▶ About this task
Once the line with "#82=EDGE_CURVE('',#79,#72,#81,.T.);" is found in the entries below, repeat it and each following line exactly, up to and including the line with "#89=LINE('',#86,#88);". Add no other lines.

▶ Dataset content
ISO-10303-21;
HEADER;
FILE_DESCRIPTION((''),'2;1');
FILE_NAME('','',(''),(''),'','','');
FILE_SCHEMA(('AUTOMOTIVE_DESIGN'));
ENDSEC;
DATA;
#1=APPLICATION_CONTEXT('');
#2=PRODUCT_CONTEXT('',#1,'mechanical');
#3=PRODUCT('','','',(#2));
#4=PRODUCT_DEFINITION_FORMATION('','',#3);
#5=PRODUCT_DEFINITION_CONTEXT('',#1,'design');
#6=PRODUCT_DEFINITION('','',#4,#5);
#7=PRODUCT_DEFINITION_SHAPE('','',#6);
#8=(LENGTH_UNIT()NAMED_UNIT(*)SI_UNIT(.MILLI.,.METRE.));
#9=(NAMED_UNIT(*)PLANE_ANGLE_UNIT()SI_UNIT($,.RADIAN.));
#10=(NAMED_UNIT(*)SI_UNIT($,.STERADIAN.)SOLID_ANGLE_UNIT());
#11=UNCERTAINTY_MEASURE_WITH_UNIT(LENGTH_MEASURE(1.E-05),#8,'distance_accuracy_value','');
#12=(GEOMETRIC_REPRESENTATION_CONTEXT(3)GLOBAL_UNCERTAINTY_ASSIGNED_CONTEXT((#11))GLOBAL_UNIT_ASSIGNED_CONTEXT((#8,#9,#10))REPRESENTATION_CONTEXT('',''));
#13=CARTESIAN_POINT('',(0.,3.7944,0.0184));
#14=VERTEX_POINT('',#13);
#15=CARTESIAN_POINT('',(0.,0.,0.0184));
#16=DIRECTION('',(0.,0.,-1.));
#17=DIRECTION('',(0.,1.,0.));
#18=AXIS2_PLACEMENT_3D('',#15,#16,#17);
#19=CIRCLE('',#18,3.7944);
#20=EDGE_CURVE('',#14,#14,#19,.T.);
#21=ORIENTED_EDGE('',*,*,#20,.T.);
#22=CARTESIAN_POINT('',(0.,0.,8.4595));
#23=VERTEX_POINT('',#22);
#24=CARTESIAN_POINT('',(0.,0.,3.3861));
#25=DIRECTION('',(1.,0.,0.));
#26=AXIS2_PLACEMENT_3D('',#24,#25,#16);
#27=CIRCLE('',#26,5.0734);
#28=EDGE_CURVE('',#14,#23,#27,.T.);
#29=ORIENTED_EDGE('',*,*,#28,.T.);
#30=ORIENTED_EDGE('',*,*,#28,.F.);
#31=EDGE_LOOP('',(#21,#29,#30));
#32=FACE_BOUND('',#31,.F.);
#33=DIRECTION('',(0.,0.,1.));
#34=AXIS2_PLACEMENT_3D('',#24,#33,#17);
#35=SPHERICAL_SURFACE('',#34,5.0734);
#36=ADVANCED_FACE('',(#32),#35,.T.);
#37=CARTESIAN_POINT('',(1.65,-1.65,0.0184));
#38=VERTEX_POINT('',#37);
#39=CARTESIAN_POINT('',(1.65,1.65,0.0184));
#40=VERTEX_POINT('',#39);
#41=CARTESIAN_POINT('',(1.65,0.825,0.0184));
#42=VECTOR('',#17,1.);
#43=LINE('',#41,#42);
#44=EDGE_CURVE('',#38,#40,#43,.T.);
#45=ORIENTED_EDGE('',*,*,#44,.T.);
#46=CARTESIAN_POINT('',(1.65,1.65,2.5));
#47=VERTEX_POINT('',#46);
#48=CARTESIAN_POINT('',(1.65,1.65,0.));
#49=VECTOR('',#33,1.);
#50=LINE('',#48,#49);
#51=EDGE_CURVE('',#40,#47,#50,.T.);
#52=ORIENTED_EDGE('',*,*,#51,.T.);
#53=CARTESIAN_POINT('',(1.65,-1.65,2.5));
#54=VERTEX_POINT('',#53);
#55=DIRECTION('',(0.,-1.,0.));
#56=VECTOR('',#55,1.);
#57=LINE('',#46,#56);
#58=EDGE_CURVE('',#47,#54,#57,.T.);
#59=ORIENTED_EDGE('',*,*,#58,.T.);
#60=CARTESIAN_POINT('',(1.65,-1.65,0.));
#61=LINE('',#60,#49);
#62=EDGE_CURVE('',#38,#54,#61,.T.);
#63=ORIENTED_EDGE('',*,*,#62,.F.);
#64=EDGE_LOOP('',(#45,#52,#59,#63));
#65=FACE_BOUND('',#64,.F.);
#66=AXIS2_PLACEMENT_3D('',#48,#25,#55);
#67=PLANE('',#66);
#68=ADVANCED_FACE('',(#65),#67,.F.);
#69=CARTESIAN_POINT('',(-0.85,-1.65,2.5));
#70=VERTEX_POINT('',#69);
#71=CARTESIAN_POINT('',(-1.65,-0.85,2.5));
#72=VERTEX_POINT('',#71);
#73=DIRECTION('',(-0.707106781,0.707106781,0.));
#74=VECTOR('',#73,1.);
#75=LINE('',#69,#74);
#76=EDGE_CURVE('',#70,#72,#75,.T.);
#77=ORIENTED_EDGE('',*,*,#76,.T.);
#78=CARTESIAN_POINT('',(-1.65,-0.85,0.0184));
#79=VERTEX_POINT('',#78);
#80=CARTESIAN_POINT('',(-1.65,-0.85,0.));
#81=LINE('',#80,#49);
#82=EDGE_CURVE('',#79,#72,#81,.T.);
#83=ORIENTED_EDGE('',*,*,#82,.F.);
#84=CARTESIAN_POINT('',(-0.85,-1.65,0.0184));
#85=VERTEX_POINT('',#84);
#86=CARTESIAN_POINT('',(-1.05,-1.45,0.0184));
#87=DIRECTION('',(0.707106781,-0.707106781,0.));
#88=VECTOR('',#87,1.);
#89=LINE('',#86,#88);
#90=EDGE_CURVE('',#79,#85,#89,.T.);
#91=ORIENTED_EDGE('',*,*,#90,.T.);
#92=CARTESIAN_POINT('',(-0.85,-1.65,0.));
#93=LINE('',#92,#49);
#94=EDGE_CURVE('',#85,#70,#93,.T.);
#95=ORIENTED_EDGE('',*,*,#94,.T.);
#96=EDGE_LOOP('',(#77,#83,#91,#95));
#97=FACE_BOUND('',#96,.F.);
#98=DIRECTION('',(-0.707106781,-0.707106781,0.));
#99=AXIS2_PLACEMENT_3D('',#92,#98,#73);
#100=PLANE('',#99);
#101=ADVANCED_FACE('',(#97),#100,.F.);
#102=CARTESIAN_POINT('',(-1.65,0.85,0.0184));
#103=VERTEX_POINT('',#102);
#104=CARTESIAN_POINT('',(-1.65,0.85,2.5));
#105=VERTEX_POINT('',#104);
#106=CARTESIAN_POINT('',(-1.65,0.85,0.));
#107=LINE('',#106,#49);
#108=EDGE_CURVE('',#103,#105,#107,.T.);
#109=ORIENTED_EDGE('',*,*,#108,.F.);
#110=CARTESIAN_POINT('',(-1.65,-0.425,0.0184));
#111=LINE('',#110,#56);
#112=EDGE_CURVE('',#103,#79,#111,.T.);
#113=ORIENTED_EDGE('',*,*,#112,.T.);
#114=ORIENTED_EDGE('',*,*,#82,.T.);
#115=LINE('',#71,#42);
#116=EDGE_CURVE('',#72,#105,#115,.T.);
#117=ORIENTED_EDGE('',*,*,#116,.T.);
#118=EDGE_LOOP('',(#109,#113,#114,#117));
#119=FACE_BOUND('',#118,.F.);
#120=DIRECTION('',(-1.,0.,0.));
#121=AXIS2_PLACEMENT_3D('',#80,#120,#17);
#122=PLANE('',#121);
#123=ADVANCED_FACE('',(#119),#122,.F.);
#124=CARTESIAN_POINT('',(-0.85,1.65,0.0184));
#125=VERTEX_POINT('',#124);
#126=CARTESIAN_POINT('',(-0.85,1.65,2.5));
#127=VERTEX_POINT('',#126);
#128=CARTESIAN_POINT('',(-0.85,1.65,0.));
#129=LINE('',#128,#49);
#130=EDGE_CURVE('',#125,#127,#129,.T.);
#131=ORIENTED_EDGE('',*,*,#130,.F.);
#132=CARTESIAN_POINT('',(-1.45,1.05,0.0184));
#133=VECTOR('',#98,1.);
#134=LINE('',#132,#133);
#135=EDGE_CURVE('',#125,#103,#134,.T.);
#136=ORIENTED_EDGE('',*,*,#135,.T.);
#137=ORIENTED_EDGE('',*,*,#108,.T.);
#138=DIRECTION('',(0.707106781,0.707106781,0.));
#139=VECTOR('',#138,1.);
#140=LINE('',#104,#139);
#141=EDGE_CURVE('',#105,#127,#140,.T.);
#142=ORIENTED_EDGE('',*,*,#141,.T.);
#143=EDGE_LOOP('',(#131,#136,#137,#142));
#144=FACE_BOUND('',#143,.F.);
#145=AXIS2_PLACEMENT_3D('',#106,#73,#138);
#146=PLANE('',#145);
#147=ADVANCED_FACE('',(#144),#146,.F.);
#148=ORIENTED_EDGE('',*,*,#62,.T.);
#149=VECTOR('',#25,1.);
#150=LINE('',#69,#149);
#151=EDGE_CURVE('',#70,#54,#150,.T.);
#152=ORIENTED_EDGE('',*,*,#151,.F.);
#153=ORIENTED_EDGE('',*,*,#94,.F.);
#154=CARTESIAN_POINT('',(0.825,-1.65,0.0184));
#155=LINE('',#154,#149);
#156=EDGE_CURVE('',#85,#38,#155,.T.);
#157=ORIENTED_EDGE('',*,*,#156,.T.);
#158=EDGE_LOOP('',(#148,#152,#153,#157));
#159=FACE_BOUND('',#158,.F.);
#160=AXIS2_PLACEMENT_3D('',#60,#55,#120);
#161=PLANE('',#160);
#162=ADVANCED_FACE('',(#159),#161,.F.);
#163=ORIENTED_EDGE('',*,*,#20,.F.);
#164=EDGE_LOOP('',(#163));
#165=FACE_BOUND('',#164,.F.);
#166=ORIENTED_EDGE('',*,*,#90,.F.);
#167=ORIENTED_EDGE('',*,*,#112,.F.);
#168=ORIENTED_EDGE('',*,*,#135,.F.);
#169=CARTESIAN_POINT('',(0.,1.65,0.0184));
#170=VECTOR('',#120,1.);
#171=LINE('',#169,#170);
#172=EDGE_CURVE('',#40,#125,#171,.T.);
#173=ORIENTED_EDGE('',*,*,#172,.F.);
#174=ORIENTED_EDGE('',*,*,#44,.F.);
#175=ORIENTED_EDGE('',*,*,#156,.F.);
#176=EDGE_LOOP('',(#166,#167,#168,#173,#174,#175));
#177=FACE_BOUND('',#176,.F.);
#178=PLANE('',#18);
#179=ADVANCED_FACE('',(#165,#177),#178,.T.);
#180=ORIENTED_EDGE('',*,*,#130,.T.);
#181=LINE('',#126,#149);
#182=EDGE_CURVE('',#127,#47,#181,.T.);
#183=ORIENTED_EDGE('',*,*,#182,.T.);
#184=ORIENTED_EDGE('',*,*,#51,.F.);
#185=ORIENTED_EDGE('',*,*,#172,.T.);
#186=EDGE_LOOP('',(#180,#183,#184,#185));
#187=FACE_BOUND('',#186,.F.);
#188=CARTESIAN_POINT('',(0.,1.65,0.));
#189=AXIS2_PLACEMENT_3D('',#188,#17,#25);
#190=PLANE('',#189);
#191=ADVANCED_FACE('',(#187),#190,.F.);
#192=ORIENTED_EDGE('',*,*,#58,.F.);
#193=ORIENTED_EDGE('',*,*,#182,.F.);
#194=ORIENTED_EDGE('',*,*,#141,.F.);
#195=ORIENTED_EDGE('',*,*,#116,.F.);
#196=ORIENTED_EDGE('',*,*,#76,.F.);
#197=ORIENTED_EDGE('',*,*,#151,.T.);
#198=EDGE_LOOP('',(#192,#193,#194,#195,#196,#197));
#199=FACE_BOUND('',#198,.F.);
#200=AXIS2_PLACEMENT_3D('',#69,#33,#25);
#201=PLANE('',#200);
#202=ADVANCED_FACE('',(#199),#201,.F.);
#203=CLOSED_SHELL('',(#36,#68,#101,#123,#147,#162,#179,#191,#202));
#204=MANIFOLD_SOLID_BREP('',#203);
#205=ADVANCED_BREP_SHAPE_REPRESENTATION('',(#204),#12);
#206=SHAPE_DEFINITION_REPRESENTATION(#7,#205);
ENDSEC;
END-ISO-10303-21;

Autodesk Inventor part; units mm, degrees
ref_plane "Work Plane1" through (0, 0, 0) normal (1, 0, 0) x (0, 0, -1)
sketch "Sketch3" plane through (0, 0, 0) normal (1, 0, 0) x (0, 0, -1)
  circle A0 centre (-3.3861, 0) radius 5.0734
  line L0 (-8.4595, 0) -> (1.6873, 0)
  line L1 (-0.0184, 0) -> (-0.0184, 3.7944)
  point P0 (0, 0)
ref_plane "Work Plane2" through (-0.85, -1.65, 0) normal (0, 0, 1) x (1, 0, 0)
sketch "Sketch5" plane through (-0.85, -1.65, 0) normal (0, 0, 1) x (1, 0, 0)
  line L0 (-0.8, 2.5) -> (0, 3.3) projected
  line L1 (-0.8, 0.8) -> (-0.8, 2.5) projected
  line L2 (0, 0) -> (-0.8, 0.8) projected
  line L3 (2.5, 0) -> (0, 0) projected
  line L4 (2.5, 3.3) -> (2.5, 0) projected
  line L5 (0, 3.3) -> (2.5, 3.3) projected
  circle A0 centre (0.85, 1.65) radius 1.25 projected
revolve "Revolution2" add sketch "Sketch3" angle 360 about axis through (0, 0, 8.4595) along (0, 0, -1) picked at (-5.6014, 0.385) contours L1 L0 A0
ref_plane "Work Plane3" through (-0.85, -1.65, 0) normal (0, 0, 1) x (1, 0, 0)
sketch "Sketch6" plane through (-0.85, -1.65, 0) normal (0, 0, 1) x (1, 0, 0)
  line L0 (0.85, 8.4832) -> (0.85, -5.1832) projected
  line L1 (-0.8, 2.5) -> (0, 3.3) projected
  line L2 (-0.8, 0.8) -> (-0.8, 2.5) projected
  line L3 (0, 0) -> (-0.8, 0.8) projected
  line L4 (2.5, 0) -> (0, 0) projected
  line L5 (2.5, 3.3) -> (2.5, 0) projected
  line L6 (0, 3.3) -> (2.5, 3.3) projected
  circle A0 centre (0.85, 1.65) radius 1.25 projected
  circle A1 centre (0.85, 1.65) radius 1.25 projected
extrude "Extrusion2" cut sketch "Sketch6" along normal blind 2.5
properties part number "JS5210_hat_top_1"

--

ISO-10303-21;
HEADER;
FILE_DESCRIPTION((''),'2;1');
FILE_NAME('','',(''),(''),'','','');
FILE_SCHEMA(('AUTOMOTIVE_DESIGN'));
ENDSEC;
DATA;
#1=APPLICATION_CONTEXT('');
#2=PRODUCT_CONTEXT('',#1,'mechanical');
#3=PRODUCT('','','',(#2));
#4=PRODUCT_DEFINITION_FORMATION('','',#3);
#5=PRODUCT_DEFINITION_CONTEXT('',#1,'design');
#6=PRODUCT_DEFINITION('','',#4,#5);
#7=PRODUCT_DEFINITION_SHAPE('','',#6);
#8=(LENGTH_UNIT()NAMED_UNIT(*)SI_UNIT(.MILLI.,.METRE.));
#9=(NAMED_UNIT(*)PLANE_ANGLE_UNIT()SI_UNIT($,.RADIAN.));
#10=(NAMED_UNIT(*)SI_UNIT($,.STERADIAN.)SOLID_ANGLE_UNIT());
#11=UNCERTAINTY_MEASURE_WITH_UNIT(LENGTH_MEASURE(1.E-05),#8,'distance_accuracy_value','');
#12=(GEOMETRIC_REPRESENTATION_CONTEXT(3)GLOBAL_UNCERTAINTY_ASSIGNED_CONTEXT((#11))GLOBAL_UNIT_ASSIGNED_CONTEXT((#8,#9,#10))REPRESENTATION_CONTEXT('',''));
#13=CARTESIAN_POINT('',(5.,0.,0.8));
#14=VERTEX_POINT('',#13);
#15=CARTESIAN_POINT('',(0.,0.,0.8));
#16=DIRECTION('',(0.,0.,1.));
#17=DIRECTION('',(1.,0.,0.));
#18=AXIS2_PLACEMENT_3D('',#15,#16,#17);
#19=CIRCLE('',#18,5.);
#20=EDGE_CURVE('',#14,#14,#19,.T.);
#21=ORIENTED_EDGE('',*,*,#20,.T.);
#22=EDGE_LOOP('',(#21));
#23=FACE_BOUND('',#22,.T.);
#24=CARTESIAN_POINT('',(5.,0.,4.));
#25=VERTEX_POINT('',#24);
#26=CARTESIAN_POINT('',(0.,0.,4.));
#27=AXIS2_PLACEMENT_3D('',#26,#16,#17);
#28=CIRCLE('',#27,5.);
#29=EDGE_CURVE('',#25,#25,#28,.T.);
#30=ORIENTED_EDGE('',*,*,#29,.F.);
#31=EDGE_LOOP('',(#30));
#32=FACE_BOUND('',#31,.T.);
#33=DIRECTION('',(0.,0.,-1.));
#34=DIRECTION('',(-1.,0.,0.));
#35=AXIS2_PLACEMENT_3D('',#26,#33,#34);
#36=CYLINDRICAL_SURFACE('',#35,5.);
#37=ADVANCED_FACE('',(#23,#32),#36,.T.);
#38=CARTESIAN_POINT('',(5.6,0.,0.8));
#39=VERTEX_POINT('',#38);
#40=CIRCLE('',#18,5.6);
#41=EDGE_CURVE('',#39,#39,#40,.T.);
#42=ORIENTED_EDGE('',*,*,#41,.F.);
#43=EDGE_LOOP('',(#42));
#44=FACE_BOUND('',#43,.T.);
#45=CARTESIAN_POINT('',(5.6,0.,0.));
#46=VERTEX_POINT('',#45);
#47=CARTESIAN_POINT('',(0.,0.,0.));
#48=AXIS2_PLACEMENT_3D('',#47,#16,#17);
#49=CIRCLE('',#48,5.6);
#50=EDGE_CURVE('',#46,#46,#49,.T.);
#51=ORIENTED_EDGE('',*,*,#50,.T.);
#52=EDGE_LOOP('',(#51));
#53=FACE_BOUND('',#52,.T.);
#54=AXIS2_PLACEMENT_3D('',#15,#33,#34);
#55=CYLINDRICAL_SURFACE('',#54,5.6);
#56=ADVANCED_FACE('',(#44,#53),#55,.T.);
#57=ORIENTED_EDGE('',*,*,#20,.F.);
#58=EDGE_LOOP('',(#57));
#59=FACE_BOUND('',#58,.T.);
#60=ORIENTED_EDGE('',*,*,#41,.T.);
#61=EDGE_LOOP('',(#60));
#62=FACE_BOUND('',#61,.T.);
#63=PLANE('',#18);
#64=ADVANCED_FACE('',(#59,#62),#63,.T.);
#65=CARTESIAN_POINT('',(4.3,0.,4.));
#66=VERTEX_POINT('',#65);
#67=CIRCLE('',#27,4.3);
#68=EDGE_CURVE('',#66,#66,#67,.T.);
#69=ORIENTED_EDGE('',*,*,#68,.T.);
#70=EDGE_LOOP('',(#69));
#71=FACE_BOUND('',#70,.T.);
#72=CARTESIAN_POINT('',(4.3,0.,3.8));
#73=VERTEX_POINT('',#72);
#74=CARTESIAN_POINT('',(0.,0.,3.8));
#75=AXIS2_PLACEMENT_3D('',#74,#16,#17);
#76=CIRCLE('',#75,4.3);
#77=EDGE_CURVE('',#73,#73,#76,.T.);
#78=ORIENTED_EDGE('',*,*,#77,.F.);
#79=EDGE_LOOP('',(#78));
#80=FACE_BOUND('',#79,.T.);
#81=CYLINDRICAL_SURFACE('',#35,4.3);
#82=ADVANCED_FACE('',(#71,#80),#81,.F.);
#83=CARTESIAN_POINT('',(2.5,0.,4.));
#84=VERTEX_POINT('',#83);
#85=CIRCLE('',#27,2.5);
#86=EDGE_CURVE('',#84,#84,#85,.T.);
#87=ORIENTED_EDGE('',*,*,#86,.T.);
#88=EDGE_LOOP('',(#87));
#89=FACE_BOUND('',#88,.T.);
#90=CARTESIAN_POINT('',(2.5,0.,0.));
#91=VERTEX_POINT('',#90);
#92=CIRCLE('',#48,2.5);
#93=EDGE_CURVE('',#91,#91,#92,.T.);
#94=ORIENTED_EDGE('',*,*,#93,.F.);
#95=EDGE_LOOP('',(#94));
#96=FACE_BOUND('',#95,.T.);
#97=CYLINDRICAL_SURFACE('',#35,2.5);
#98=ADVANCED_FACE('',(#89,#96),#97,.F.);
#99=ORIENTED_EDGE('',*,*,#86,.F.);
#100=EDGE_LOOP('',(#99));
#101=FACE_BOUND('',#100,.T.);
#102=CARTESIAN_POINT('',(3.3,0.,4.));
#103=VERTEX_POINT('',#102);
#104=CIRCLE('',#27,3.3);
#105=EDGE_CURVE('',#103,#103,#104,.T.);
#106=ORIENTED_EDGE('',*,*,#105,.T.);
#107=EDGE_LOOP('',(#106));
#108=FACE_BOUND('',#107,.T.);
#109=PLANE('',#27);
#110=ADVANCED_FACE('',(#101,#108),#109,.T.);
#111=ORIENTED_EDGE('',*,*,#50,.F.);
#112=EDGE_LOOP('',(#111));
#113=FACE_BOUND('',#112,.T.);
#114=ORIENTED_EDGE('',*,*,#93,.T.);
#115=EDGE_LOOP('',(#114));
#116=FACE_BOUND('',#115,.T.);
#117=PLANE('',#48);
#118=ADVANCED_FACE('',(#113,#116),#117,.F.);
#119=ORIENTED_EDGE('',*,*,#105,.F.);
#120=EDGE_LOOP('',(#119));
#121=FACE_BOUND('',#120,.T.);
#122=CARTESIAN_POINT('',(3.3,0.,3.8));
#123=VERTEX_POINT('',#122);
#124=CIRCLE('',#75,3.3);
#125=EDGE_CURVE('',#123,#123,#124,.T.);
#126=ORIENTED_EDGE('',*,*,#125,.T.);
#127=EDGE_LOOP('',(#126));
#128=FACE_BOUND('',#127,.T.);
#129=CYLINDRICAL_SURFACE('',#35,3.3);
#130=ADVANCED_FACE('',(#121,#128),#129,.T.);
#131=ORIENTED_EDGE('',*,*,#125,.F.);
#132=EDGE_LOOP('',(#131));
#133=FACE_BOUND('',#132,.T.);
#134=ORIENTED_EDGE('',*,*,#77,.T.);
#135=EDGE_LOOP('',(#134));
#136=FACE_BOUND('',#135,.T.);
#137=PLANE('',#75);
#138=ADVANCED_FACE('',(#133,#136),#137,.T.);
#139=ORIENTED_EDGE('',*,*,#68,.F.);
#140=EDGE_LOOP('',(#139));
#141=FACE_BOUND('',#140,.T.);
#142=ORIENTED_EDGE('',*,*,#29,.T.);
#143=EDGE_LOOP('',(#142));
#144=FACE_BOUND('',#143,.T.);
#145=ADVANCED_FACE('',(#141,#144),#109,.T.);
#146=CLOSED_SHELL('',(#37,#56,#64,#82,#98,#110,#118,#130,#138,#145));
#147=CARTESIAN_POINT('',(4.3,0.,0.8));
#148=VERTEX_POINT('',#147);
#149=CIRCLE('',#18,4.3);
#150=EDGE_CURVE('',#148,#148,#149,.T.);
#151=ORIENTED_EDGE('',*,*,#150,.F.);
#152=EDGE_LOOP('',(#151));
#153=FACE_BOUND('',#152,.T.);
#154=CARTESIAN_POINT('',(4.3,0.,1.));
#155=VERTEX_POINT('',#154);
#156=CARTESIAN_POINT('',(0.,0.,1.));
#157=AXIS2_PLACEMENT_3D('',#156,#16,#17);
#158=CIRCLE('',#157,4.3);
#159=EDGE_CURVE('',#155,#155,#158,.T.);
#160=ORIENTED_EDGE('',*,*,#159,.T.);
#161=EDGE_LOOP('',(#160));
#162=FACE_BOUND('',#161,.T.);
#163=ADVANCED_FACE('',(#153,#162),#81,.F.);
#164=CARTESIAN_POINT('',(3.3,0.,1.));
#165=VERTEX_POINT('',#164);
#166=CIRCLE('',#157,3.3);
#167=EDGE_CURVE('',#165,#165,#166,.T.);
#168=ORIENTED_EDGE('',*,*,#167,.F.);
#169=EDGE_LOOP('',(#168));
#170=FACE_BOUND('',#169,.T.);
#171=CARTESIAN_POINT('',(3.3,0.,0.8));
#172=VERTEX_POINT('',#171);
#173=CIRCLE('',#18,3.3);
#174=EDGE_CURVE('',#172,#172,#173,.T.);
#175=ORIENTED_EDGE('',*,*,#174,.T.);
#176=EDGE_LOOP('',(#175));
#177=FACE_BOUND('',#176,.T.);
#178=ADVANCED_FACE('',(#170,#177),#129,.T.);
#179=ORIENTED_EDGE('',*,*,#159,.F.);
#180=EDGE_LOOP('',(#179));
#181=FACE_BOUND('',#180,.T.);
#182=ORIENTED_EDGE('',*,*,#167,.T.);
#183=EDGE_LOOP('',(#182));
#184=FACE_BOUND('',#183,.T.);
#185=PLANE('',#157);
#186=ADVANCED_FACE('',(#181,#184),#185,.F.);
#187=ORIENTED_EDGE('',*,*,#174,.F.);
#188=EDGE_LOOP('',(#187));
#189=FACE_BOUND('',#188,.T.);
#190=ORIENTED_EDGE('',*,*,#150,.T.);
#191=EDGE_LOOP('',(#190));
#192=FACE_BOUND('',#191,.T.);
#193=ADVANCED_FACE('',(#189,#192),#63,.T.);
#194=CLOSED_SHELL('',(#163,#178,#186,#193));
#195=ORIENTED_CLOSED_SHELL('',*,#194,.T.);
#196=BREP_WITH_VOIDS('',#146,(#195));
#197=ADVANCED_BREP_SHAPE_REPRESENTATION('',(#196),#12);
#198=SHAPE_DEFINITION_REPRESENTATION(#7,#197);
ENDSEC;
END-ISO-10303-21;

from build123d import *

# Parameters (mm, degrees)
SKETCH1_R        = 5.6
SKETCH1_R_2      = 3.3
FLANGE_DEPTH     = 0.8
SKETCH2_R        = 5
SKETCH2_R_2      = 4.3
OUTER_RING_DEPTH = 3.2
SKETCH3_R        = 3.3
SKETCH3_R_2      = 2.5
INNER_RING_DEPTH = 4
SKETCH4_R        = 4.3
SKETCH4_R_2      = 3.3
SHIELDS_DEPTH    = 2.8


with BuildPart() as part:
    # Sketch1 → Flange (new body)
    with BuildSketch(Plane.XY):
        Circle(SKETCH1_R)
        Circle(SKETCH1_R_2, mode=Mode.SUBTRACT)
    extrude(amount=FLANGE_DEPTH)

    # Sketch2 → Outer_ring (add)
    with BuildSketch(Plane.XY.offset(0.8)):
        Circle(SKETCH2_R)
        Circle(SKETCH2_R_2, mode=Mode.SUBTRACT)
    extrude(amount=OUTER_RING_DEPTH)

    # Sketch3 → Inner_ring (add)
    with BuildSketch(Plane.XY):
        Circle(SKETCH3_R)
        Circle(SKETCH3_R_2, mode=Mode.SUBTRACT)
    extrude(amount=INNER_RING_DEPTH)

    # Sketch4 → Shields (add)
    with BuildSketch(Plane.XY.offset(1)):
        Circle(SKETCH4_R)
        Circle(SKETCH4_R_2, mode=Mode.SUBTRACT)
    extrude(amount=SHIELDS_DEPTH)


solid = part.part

▶ Task output
#82=EDGE_CURVE('',#79,#72,#81,.T.);
#83=ORIENTED_EDGE('',*,*,#82,.F.);
#84=CARTESIAN_POINT('',(-0.85,-1.65,0.0184));
#85=VERTEX_POINT('',#84);
#86=CARTESIAN_POINT('',(-1.05,-1.45,0.0184));
#87=DIRECTION('',(0.707106781,-0.707106781,0.));
#88=VECTOR('',#87,1.);
#89=LINE('',#86,#88);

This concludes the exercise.